Para defensores da hidrovia, como o governador do Pará, Helder Barbalho, as vantagens de um frete mais barato e limpo superam em muito quaisquer desvantagens.
“O Estado do Pará acredita ser possível conciliar a preservação ambiental com o desenvolvimento econômico”, afirmou.
O governo brasileiro prevê que a hidrovia Araguaia-Tocantins poderá transportar inicialmente cerca de 20 milhões de toneladas de grãos como milho e soja para os portos fluviais do Arco Norte a cada ano, reduzindo as longas e poluentes viagens de caminhão.
O impacto nas emissões, no entanto, não é tão simples; e delegações discutirão o assunto a mais de 500 quilômetros rio abaixo, em Belém, em novembro, durante a cúpula climática COP30 das Nações Unidas.
A principal fonte de gases de efeito estufa do Brasil é o desmatamento, já que vastas extensões da floresta amazônica e do vizinho Cerrado são desmatadas a cada ano para dar lugar a terras agrícolas e pastagens.
Em nenhum lugar essa fronteira agrícola está avançando mais rápido do que no chamado Matopiba, na área de influência da hidrovia proposta, uma tendência que o barateamento do transporte só pode incentivar.

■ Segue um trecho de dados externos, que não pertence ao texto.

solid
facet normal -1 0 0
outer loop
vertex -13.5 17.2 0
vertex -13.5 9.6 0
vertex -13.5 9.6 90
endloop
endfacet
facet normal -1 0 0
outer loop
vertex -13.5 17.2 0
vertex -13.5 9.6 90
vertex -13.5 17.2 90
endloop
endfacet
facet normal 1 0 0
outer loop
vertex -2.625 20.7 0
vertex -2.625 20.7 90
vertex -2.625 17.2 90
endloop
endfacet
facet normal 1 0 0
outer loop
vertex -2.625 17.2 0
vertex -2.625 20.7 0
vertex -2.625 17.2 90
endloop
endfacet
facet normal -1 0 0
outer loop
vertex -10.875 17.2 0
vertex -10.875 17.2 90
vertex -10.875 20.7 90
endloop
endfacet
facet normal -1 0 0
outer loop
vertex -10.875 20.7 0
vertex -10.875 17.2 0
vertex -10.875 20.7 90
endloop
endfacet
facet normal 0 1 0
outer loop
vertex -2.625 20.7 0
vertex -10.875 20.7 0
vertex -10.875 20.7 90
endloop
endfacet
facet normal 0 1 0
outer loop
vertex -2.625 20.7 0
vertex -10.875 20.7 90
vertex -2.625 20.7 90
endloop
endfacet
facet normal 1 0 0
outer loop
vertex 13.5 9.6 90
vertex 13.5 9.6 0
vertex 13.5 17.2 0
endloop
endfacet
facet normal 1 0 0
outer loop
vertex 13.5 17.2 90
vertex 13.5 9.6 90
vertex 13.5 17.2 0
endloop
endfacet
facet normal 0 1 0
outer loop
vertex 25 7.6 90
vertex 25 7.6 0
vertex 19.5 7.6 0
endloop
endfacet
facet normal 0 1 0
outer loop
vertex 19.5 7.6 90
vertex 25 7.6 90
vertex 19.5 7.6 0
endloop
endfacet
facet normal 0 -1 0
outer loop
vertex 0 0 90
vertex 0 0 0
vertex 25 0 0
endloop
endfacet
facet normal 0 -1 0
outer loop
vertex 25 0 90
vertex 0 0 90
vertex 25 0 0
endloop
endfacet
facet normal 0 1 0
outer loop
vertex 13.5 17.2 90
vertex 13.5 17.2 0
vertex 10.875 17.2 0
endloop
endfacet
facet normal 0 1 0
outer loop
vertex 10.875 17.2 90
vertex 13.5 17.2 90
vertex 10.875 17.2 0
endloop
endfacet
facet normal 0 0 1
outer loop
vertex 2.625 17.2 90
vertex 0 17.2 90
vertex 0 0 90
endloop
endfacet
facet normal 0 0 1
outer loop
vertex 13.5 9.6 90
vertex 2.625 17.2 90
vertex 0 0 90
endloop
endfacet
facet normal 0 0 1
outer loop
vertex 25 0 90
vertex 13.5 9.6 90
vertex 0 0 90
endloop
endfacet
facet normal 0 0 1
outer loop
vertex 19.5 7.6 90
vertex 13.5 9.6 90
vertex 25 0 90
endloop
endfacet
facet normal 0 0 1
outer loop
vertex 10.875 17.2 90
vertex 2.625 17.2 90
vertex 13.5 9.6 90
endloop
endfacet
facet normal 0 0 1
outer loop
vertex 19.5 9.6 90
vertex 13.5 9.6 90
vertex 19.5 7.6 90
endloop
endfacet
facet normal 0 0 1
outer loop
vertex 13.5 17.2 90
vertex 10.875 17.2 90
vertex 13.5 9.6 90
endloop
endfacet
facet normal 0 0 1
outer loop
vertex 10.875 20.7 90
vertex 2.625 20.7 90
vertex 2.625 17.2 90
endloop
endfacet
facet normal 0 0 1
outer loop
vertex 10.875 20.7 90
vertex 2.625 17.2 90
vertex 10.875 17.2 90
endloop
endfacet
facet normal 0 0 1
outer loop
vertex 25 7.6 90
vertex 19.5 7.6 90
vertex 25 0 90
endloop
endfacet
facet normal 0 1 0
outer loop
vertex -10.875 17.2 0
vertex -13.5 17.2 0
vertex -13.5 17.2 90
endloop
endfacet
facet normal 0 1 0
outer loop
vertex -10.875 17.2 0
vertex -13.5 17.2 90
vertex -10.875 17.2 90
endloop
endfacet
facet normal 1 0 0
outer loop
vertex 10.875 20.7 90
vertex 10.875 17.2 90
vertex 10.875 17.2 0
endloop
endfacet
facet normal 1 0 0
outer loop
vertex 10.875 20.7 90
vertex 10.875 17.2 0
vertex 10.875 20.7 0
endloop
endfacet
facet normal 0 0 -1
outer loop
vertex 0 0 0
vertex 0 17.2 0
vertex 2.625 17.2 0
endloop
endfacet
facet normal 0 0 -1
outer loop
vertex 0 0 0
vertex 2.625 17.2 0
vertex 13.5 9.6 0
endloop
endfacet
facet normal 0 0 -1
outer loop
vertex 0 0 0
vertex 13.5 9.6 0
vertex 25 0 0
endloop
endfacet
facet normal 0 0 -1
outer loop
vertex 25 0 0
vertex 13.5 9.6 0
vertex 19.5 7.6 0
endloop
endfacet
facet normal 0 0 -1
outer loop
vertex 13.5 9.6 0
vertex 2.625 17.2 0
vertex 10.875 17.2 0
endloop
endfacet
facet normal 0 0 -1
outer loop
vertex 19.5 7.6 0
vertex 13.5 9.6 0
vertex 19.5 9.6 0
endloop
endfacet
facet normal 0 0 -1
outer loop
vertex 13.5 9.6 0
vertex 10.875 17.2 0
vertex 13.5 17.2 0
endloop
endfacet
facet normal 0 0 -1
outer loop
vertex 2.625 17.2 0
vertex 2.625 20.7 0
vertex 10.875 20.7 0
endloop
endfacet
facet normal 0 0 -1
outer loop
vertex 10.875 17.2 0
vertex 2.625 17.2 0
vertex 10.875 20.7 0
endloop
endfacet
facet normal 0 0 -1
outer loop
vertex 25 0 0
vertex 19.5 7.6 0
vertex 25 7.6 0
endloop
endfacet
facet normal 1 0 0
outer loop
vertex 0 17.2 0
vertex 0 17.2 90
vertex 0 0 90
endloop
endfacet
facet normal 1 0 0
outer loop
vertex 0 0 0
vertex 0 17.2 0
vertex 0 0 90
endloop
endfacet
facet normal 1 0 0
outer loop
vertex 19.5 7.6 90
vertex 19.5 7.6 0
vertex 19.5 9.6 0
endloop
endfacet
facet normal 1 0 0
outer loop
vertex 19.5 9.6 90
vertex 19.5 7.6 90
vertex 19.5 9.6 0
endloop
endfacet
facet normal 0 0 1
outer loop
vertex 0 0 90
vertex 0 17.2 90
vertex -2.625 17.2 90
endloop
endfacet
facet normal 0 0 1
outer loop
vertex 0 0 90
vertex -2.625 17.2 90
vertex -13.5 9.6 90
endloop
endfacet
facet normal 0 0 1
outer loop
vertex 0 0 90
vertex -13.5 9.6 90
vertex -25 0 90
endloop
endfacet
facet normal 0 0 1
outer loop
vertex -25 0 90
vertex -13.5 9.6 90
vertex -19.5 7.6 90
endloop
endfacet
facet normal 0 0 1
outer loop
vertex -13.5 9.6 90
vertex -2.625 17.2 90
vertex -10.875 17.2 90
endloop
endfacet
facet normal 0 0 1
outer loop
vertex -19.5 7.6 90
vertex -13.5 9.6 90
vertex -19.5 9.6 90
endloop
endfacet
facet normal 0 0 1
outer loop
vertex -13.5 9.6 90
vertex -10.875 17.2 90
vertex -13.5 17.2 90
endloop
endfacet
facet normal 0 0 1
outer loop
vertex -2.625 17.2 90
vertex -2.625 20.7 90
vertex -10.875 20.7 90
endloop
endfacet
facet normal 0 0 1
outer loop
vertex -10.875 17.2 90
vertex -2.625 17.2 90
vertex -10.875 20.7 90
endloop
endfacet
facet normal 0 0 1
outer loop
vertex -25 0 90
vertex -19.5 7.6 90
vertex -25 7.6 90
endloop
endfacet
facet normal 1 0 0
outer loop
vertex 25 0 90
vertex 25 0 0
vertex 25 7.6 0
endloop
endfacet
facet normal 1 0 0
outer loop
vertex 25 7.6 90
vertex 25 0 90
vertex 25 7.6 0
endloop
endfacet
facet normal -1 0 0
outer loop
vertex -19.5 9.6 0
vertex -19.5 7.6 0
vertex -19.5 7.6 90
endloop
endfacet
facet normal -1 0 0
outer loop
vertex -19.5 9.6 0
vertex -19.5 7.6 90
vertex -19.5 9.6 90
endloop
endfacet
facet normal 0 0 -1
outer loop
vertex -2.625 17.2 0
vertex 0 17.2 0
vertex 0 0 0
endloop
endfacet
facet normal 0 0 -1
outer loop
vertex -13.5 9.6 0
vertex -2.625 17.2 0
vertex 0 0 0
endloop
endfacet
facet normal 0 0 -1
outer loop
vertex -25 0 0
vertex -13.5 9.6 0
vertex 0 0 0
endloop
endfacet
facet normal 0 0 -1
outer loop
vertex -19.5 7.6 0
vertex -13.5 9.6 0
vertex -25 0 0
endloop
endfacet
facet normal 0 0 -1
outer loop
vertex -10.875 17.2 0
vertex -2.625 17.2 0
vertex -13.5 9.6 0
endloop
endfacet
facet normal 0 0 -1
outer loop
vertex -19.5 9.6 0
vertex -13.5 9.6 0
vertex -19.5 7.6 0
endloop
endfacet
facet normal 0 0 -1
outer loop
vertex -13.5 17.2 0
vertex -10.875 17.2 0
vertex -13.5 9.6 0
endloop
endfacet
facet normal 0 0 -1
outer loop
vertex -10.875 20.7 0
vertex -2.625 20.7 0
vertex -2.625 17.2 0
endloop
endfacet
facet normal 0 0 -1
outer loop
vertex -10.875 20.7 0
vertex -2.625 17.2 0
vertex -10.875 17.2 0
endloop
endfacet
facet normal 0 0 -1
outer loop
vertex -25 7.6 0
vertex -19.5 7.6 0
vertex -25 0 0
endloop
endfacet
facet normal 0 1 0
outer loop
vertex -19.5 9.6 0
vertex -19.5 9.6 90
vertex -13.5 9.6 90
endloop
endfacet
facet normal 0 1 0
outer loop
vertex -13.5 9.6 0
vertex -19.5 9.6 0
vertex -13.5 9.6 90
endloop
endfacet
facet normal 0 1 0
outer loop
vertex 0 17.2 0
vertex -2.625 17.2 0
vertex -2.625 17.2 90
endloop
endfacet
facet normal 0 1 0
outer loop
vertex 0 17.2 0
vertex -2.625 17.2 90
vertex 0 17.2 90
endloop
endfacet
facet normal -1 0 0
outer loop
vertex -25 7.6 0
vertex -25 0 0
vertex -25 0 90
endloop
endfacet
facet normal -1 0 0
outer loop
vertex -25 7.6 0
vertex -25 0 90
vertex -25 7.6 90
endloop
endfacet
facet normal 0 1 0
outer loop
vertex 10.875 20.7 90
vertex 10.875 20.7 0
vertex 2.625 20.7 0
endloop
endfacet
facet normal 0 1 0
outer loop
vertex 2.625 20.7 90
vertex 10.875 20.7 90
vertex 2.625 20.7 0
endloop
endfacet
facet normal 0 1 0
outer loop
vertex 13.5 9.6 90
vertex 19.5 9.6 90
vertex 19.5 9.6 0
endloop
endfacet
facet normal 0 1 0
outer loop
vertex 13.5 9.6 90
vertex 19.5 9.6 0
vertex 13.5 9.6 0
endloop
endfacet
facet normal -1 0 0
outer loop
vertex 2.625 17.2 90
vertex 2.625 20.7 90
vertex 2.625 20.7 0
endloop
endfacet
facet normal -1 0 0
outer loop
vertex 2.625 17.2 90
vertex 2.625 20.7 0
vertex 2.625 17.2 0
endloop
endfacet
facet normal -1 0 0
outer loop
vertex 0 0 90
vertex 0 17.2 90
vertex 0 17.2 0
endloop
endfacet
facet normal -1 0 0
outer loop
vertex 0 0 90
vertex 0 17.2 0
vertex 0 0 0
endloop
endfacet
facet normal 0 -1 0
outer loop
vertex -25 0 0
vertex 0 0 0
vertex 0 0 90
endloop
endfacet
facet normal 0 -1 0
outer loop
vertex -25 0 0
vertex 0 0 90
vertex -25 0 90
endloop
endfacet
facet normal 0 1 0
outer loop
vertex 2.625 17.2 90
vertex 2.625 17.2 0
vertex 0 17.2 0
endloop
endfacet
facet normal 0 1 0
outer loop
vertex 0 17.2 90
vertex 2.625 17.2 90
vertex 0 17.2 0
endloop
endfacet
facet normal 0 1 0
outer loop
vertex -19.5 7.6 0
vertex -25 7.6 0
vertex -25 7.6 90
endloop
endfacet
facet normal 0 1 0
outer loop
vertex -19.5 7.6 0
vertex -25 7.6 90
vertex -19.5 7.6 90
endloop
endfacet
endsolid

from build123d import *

# Parameters (mm, degrees)
BOSS_EXTRUDE1_DEPTH = 90


with BuildPart() as part:
    # Sketch1 → Boss-Extrude1 (new body)
    with BuildSketch(Plane.XY):
        Polygon((-25, 0), (-25, 7.6), (-19.5, 7.6), (-19.5, 9.6), (-13.5, 9.6), (-13.5, 17.2), (-10.875, 17.2), (-10.875, 20.7), (-2.625, 20.7), (-2.625, 17.2), (0, 17.2), (0, 0), align=None)
    extrude(amount=BOSS_EXTRUDE1_DEPTH)


with BuildPart() as body_2:
    # Mirror1: mirrored copy
    add(part.part.mirror(Plane(origin=(0, 17.2, 90), x_dir=(0, 0, 1), z_dir=(1, 0, 0))))


solid = Compound([part.part, body_2.part])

Maria de Sousa, uma das várias mulheres em Vila Tauiry, no município de Itupiranga, que colhem cocos de babaçu para quebrar e produzir óleo e farinha, disse que seu modo de vida já está ameaçado pela expansão das fazendas.

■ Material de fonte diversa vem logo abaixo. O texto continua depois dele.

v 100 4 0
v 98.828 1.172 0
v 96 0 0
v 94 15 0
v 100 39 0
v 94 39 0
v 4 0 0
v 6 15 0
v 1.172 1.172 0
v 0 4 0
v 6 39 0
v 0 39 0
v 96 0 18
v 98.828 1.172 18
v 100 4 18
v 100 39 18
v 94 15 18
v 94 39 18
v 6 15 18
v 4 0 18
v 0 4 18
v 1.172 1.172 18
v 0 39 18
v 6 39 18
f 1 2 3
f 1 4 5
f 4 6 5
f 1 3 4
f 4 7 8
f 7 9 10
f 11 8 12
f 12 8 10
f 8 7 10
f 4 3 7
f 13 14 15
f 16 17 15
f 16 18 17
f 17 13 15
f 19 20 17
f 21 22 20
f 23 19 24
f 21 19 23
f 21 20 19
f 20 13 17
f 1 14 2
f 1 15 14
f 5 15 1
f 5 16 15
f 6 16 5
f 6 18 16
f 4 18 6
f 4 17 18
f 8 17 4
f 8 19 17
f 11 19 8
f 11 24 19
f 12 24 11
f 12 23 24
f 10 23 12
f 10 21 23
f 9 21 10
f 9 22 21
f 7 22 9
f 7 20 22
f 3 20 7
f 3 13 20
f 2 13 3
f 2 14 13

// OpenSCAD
$fn = 32;

// ----------------------------------------------------------------------
// Heat sink frame: 100 x 39 mm frame, 6 mm walls
// ----------------------------------------------------------------------

// --- parameters (mm) ---
profile_height = 18;      // extrusion height
profile_points = 12;      // points of the closed outline

profile = [[0, 4], [1.172, 1.172], [4, 0], [96, 0], [98.828, 1.172], [100, 4], [100, 39], [94, 39], [94, 15], [6, 15], [6, 39], [0, 39]];  // single closed polygon, 12 points, counter clockwise

// --- the one profile operation ---
linear_extrude(height = profile_height) polygon(points = profile);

Seus vizinhos têm envenenado as Palmeiras babaçu da região à medida que expandem suas fazendas e pastagens, forçando as mulheres a atravessar o rio para encher sacos com os cocos do outro lado, disse ela.
“Se abrirem a hidrovia, não conseguiremos colher os cocos”, conta Sousa. “Dizem que o babaçu é uma praga… mas para nós, quebradeiras de cocos, é questão de sobrevivência.”
A melhoria da infraestrutura logística no Arco Norte tem sido fundamental para o boom dos grãos no Matopiba na última década. O frete hidroviário é por volta de 60% mais barato que o rodoviário, em média, para médias e longas distâncias, afirma o especialista em logística Thiago Pera.
Pesquisadores brasileiros do Climate Policy Initiative (CPI), um think tank, descobriram que mesmo os investimentos em infraestrutura de transporte menos poluente, como ferrovias e hidrovias, podem gerar emissões indiretas, estimulando o desmatamento para abertura de novas terras agriculturáveis.
Por exemplo, o CPI constatou que a ferrovia batizada Ferrogrão reduziria as emissões diretas em cerca de 1 milhão de toneladas, retirando caminhões das estradas, mas adicionaria cerca de 60 milhões de toneladas de emissões indiretas ao impulsionar a expansão da fronteira agrícola do Brasil.
Para as comunidades que tentam impedir o derrocamento do Pedral do Lourenço no rio Tocantins, o medo é palpável.
“Perderemos espaço no rio para as barcaças que transportam minério de ferro e produtos agrícolas”, disse o líder comunitário Ademar de Souza. “Não temos certeza sobre o futuro.”